Владимир Николаевич (30.07.2018), Кеин (30.07.2018)

----------


## Владимир Николаевич

> Скорее всего там опять таки имя собственное, на Пали - Pema
> *В сингальском в ходу оба варианта и "пема" и "премайа"*, не скажу правда какой чаще
> на вашей картинке написан палийский вариант pēmasiri


Бханте, меня именно вот это интересовало: возможность  употребления и значение в сингальском языке слова "пема" при том что там имеется произношение "према".
Этот интерес к употреблению в сингальском языке "пема"(особенно в именах собственных и названиях) в данном случае у меня был связан с рядом топонимов Гималайского региона, а предки сингалов когда-то мигрировали откуда-то с северных частей Индии.
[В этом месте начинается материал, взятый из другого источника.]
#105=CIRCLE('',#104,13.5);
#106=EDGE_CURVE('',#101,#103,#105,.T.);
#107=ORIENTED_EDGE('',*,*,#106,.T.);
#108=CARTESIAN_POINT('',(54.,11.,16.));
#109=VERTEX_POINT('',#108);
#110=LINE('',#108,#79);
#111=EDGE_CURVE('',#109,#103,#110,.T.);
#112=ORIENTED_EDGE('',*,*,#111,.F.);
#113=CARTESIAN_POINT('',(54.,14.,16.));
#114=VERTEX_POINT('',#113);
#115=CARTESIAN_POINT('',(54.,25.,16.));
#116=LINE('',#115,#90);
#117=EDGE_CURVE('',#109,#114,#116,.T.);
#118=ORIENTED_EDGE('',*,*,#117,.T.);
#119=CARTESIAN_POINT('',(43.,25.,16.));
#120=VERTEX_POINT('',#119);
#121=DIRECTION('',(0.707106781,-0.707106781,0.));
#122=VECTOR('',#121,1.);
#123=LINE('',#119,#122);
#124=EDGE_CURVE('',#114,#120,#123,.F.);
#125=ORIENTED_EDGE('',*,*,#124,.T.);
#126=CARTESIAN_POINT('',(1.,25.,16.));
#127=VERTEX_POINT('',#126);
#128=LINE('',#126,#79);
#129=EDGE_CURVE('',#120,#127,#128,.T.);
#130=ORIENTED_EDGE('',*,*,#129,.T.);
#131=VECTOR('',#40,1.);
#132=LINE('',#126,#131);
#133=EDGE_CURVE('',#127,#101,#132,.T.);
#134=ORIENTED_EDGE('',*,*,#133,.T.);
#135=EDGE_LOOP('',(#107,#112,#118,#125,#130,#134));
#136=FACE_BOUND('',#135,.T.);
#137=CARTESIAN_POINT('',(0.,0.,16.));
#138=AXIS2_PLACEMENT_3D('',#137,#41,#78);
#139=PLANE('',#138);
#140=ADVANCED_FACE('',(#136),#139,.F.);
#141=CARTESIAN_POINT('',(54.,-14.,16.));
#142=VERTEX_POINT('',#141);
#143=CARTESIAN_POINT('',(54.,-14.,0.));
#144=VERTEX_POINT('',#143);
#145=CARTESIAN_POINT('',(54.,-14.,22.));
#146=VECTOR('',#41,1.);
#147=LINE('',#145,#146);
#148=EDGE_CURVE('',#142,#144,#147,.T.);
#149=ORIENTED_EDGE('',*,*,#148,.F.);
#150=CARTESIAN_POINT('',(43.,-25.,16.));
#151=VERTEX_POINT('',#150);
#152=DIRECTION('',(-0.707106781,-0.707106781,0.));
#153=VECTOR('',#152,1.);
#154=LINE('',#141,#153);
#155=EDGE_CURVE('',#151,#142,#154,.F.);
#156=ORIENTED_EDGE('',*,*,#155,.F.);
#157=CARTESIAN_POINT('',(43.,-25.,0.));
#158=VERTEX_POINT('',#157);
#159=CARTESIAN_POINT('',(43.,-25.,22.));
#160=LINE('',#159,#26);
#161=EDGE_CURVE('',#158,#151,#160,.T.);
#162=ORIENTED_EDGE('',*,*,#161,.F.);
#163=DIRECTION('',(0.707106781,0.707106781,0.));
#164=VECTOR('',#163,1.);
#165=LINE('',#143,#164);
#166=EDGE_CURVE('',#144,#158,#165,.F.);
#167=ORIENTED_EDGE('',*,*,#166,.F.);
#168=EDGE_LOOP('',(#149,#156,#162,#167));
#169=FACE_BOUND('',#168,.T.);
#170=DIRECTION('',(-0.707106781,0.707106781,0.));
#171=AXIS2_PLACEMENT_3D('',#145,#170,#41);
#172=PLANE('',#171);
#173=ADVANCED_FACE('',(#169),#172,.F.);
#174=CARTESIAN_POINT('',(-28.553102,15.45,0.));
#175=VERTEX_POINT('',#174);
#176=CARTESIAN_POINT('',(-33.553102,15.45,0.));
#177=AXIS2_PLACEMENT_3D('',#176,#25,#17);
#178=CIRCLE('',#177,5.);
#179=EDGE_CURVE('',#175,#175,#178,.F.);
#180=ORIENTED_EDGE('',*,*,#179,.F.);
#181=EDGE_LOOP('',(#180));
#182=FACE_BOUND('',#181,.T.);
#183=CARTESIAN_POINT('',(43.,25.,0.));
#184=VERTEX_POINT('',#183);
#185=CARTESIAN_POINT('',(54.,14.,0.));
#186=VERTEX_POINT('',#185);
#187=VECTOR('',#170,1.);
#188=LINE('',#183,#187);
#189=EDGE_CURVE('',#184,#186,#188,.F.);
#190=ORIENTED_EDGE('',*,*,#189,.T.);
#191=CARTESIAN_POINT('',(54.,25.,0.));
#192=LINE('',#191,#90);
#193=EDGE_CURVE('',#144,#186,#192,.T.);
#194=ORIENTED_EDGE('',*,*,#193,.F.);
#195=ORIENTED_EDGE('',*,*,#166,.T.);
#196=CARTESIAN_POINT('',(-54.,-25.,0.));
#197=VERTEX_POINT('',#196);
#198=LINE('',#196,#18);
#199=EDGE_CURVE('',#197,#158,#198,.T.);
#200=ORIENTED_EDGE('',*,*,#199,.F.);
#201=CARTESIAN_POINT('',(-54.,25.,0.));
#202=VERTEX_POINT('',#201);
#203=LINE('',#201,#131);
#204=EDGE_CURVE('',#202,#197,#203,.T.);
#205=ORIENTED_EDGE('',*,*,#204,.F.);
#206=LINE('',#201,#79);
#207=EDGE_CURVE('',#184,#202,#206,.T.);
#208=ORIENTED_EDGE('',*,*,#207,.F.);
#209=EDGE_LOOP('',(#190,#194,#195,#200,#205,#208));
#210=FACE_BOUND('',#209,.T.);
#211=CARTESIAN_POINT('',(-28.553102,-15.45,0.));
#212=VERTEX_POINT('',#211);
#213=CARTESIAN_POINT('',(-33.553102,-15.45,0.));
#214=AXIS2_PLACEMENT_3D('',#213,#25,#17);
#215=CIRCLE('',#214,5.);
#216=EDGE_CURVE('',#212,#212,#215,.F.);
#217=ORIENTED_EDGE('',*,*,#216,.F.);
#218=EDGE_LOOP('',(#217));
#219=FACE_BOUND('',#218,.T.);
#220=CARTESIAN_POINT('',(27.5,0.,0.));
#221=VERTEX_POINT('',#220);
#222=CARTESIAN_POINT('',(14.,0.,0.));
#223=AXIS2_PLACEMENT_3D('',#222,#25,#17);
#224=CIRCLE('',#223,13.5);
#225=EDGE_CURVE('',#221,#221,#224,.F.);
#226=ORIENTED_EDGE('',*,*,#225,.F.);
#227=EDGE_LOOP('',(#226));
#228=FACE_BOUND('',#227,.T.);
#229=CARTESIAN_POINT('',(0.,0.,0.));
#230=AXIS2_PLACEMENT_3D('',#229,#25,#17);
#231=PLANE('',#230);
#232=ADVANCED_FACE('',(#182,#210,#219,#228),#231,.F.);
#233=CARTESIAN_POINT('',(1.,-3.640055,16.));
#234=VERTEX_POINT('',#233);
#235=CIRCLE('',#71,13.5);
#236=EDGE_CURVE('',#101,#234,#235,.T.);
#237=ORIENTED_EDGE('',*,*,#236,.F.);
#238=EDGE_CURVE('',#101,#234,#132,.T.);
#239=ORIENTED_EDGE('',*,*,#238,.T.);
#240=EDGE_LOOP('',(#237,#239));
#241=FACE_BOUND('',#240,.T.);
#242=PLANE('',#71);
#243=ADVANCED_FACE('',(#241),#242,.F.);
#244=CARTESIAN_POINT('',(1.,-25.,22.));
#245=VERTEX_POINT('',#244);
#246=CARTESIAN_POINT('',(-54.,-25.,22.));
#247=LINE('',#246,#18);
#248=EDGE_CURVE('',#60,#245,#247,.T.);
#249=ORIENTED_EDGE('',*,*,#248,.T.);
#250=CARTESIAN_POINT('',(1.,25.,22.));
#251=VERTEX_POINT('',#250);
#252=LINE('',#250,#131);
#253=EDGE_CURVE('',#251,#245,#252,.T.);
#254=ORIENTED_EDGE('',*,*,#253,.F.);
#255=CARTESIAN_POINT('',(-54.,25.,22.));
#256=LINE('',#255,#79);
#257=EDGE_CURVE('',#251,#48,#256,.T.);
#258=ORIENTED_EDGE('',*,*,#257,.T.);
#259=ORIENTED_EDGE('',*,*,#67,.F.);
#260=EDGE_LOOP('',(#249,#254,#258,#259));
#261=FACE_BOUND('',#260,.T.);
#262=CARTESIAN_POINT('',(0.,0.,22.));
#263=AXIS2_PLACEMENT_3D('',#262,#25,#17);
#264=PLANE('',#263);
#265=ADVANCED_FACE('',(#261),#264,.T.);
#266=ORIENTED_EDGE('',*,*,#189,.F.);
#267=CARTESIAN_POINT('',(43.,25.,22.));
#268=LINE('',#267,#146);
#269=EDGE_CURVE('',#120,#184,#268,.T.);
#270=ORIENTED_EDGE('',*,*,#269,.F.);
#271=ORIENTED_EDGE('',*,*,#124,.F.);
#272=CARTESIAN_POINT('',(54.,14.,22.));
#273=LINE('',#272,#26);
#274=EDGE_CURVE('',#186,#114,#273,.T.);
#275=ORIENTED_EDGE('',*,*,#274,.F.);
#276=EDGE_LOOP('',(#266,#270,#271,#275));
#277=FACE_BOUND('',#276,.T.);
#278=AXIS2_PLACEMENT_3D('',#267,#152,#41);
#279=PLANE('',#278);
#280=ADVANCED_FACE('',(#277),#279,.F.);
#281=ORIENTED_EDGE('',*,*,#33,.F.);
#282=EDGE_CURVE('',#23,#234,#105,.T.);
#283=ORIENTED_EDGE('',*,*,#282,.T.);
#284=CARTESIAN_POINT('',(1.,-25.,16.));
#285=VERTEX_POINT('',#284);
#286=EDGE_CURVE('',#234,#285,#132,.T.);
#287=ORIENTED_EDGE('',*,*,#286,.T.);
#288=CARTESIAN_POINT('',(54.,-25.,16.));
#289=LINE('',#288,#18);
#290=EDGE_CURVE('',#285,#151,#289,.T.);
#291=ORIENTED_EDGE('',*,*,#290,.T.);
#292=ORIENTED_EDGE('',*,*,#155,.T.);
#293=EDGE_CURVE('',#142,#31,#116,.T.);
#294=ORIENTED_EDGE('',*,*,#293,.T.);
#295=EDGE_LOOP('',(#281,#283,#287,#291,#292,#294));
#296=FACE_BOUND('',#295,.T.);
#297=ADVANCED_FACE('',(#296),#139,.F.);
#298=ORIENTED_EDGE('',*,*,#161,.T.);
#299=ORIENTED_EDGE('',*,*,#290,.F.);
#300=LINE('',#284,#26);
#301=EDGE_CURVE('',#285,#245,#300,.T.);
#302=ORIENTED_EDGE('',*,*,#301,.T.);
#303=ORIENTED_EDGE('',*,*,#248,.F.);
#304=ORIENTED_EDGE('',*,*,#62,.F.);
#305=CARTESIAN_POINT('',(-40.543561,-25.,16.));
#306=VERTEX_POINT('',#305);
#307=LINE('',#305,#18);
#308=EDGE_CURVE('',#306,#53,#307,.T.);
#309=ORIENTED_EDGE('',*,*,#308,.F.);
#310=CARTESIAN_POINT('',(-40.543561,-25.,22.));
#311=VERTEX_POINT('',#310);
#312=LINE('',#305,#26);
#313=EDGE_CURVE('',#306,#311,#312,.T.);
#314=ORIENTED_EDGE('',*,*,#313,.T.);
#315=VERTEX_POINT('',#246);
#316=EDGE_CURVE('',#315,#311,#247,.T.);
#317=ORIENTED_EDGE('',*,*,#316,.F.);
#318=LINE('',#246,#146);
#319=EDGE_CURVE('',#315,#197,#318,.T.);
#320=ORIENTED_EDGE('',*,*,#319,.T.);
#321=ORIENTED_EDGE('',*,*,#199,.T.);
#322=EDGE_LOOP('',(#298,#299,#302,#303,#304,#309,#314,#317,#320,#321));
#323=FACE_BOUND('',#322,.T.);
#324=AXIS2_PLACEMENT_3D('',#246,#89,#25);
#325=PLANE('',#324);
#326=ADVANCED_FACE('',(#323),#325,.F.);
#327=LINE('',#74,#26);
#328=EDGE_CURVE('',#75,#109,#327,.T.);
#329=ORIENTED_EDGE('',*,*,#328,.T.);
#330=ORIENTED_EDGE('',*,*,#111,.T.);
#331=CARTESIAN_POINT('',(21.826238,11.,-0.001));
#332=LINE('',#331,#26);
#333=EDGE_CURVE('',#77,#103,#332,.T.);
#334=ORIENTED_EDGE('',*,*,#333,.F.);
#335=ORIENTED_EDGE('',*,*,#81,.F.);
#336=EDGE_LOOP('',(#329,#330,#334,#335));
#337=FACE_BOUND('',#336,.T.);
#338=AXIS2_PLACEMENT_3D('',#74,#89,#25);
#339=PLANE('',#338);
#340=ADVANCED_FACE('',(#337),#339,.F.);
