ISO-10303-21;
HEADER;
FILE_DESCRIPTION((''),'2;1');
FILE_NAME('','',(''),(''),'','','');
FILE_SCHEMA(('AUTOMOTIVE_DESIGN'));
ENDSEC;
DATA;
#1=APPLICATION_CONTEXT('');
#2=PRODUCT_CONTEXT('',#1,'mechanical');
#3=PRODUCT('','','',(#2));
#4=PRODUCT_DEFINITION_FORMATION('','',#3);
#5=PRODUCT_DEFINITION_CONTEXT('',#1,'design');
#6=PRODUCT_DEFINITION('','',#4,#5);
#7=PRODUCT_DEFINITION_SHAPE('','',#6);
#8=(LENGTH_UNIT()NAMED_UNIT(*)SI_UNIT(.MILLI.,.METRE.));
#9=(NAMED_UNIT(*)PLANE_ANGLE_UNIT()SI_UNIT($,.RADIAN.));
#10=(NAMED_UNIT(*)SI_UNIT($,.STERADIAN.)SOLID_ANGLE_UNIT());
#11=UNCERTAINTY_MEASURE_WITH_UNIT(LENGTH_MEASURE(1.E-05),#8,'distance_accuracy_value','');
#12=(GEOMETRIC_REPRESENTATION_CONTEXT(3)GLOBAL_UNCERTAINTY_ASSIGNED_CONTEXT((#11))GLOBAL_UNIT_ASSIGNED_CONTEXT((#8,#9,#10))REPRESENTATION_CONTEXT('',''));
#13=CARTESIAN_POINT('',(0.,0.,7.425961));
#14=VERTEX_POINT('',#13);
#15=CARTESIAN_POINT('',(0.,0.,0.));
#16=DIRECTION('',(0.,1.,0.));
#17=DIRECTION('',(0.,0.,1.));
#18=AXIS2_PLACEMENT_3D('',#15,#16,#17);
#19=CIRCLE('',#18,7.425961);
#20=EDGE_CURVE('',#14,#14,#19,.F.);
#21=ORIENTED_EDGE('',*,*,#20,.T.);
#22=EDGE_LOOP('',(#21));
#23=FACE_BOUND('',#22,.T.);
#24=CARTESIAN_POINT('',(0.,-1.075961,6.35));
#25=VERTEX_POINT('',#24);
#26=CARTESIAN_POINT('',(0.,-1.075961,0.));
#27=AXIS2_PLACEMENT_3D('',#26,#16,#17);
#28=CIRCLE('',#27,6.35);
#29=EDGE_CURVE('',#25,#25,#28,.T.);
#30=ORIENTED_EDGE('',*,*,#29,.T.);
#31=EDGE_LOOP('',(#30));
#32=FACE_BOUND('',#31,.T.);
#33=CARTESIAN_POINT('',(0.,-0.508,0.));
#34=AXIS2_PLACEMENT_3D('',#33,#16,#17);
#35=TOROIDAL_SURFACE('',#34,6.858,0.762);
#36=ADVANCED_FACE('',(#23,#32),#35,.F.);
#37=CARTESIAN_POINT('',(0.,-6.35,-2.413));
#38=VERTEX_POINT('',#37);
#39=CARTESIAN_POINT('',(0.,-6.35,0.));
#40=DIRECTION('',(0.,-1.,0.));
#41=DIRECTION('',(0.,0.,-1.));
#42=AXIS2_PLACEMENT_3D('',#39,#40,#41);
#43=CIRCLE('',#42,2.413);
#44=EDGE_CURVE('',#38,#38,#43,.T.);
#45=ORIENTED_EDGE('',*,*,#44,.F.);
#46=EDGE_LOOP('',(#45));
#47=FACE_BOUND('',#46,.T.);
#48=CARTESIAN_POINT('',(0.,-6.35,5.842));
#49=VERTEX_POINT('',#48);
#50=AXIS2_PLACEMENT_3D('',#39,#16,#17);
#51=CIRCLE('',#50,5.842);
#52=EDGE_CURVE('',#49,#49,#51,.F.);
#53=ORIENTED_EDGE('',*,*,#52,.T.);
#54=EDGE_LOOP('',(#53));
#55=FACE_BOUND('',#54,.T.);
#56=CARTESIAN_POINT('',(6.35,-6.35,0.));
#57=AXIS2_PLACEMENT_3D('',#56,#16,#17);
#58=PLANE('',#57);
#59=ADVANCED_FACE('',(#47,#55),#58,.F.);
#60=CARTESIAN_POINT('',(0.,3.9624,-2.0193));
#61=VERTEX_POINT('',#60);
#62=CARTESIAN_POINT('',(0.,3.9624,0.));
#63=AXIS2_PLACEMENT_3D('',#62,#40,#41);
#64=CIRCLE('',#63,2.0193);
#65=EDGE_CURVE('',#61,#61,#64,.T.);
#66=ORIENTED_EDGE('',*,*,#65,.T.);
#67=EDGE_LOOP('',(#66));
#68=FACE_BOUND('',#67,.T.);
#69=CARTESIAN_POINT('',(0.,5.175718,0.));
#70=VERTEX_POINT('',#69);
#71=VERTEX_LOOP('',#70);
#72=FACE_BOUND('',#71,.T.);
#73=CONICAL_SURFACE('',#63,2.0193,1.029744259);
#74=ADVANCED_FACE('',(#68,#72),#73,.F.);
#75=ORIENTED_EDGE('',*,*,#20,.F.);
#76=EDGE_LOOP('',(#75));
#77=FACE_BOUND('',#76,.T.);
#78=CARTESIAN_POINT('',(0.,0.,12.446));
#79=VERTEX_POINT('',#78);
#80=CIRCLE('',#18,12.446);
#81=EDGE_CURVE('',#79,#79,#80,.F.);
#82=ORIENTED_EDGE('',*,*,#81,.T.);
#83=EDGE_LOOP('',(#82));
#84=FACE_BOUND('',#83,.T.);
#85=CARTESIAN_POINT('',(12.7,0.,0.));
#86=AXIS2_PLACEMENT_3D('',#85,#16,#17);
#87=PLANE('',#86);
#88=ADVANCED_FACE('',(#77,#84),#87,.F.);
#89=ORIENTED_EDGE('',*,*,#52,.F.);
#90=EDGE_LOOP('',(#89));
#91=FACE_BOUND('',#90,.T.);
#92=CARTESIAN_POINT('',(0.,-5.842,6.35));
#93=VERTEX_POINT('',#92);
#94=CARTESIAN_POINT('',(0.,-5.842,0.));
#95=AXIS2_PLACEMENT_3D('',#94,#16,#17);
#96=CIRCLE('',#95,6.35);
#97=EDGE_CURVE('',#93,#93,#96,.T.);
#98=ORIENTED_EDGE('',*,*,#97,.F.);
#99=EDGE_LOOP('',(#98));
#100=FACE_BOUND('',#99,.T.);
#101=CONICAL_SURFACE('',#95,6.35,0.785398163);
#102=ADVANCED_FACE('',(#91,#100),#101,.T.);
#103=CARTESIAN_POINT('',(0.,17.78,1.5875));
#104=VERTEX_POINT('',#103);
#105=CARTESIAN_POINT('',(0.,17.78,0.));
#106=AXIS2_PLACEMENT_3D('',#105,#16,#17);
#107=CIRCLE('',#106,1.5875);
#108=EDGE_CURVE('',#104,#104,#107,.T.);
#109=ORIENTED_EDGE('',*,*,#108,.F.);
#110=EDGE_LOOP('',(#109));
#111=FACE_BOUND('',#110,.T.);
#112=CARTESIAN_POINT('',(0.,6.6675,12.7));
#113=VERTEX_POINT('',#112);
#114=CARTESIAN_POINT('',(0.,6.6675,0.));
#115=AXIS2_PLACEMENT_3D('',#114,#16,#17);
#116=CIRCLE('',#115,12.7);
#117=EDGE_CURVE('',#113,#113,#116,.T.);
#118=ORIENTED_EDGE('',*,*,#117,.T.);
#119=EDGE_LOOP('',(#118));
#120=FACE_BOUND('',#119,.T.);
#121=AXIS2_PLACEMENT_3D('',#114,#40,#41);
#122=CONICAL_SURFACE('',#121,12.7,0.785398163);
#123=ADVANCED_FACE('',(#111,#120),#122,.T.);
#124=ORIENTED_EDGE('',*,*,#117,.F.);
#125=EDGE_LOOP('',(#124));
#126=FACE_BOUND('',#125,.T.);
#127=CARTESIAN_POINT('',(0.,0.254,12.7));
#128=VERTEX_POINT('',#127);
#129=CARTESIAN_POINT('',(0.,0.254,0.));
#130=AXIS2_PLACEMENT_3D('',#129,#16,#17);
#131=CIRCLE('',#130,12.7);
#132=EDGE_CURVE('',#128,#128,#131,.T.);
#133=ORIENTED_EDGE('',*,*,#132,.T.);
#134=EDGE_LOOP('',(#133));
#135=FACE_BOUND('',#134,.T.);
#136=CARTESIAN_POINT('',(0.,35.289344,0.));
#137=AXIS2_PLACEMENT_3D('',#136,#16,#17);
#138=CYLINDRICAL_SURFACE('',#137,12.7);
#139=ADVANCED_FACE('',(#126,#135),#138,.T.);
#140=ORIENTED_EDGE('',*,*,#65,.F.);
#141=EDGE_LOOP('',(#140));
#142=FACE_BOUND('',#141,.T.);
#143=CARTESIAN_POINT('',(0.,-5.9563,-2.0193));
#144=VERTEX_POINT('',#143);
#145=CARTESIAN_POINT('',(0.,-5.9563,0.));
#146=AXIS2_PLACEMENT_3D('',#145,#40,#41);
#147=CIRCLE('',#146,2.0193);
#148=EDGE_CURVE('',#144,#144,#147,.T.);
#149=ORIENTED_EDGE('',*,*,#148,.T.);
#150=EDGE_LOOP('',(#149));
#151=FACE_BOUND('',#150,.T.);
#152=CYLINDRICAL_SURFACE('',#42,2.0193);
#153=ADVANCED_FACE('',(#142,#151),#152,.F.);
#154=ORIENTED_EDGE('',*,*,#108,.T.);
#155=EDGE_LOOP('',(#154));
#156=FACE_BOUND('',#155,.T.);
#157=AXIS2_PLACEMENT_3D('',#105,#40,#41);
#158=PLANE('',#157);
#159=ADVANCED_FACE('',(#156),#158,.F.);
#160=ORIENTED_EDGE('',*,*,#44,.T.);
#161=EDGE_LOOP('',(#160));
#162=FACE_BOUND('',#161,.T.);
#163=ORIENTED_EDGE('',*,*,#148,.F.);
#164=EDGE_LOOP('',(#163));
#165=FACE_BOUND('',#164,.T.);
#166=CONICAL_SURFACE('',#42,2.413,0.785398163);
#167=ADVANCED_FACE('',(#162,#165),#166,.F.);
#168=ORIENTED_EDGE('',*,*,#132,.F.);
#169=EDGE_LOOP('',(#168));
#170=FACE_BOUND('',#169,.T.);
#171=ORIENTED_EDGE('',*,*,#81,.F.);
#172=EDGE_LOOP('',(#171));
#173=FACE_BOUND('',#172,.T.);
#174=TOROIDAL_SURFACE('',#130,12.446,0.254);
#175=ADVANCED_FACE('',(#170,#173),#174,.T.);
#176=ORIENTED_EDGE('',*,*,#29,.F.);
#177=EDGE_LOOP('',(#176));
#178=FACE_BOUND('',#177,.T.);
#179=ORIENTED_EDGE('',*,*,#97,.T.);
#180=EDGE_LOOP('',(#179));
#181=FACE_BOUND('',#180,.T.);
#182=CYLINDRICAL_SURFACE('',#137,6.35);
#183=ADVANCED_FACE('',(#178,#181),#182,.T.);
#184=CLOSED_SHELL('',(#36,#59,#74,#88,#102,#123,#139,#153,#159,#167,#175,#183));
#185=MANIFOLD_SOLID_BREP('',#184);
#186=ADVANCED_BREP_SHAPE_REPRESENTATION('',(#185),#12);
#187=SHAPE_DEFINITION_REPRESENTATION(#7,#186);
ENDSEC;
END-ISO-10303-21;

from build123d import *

# Parameters (mm, degrees)
SKETCH2_R                        = 0.762
CHAMFER1_SIZE                    = 0.508
FILLET1_R                        = 0.254
F_10_32_TAPPED_HOLE1_D           = 4.0386
F_10_32_TAPPED_HOLE1_DEPTH       = 10.3124
F_10_32_TAPPED_HOLE1_CSINK_D     = 4.826
F_10_32_TAPPED_HOLE1_CSINK_ANGLE = 90
F_10_32_TAPPED_HOLE1_TIP         = 1.213317848


with BuildPart() as part:
    # Sketch1 → Revolve1 (revolve)
    with BuildSketch(Plane.XY, mode=Mode.PRIVATE) as revolve1_sk:
        Polygon((12.7, 0), (6.35, 0), (6.35, -6.35), (0, -6.35), (0, 17.78), (1.5875, 17.78), (12.7, 6.6675), align=None)
    revolve(revolve1_sk.sketch.rotate(Axis((0, 35.289344262, 0), (0, -1, 0)), 90), axis=Axis((0, 35.289344262, 0), (0, -1, 0)))  # turned: the seam where the file's is

    # Sketch2 → Cut-Revolve1 (revolve, cut)
    with BuildSketch(Plane.XY, mode=Mode.PRIVATE) as cut_revolve1_sk:
        with Locations((6.858, -0.508)):
            Circle(SKETCH2_R)
    revolve(cut_revolve1_sk.sketch.rotate(Axis((0, 0, 0), (0, -1, 0)), 90), axis=Axis((0, 0, 0), (0, -1, 0)), mode=Mode.SUBTRACT)  # turned: the seam where the file's is

    # Chamfer1
    chamfer1_edges = [part.edges().sort_by_distance(p)[0] for p in [
        (0, -6.35, -6.35),
    ]]
    chamfer(chamfer1_edges, length=CHAMFER1_SIZE)

    # Fillet1
    fillet1_edges = [part.edges().sort_by_distance(p)[0] for p in [
        (0, 0, -12.7),
    ]]
    fillet(fillet1_edges, radius=FILLET1_R)

    # 10-32 Tapped Hole1
    with Locations(Plane.XZ.offset(6.35)):
        with Locations((0, 0)):
            CounterSinkHole(F_10_32_TAPPED_HOLE1_D / 2, F_10_32_TAPPED_HOLE1_CSINK_D / 2, depth=F_10_32_TAPPED_HOLE1_DEPTH, counter_sink_angle=F_10_32_TAPPED_HOLE1_CSINK_ANGLE)
            with Locations((0, 0, -(F_10_32_TAPPED_HOLE1_DEPTH + F_10_32_TAPPED_HOLE1_TIP / 2))):  # 118° drill point
                Cone(0, F_10_32_TAPPED_HOLE1_D / 2, F_10_32_TAPPED_HOLE1_TIP, mode=Mode.SUBTRACT)


solid = part.part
Большое Спасибо! за ответы.

----------


## Юй Кан

С переводом этим двух терминов всё становится яснее/понятнее.
Пал. _пема_ (в общем случае) -- _love or affection_. Стало быть, это любовь, сопряжённая с привязанностью, если не страстью. В общем, так любить всех невозможно. : )
Пал. _метта_ -- _mettaŋ karoti (loc.) to be friendly or sympathize with_. Это дружелюбие, доброжелательность: по отношению ко всем чувствующим....

Ну а с сингальским -- если в будд. контексте -- д.б. аналогично.

----------


## Владимир Николаевич

Возможно, кто обладает информацией ещё и по таким вопросам:

Есть ли на Шри Ланке топонимы(гора, местность, населённый пункт, вихара,...) носящие название Pemasiri  ?
Встречается ли у шри-ланкийских тамилов имя собственное  Pemasiri \Premasiri\ Premaśrī(или только у сингалов)?

(на полях: хотелось бы заметить, что в теме речь не prema, и даже не о śrī+prema , а именно о prema + śrī (если вдруг заметка покажется непонятной, просьба обратить более пристальное внимание выше на сообщение #4  от уважаемого Vladiimir ))

----------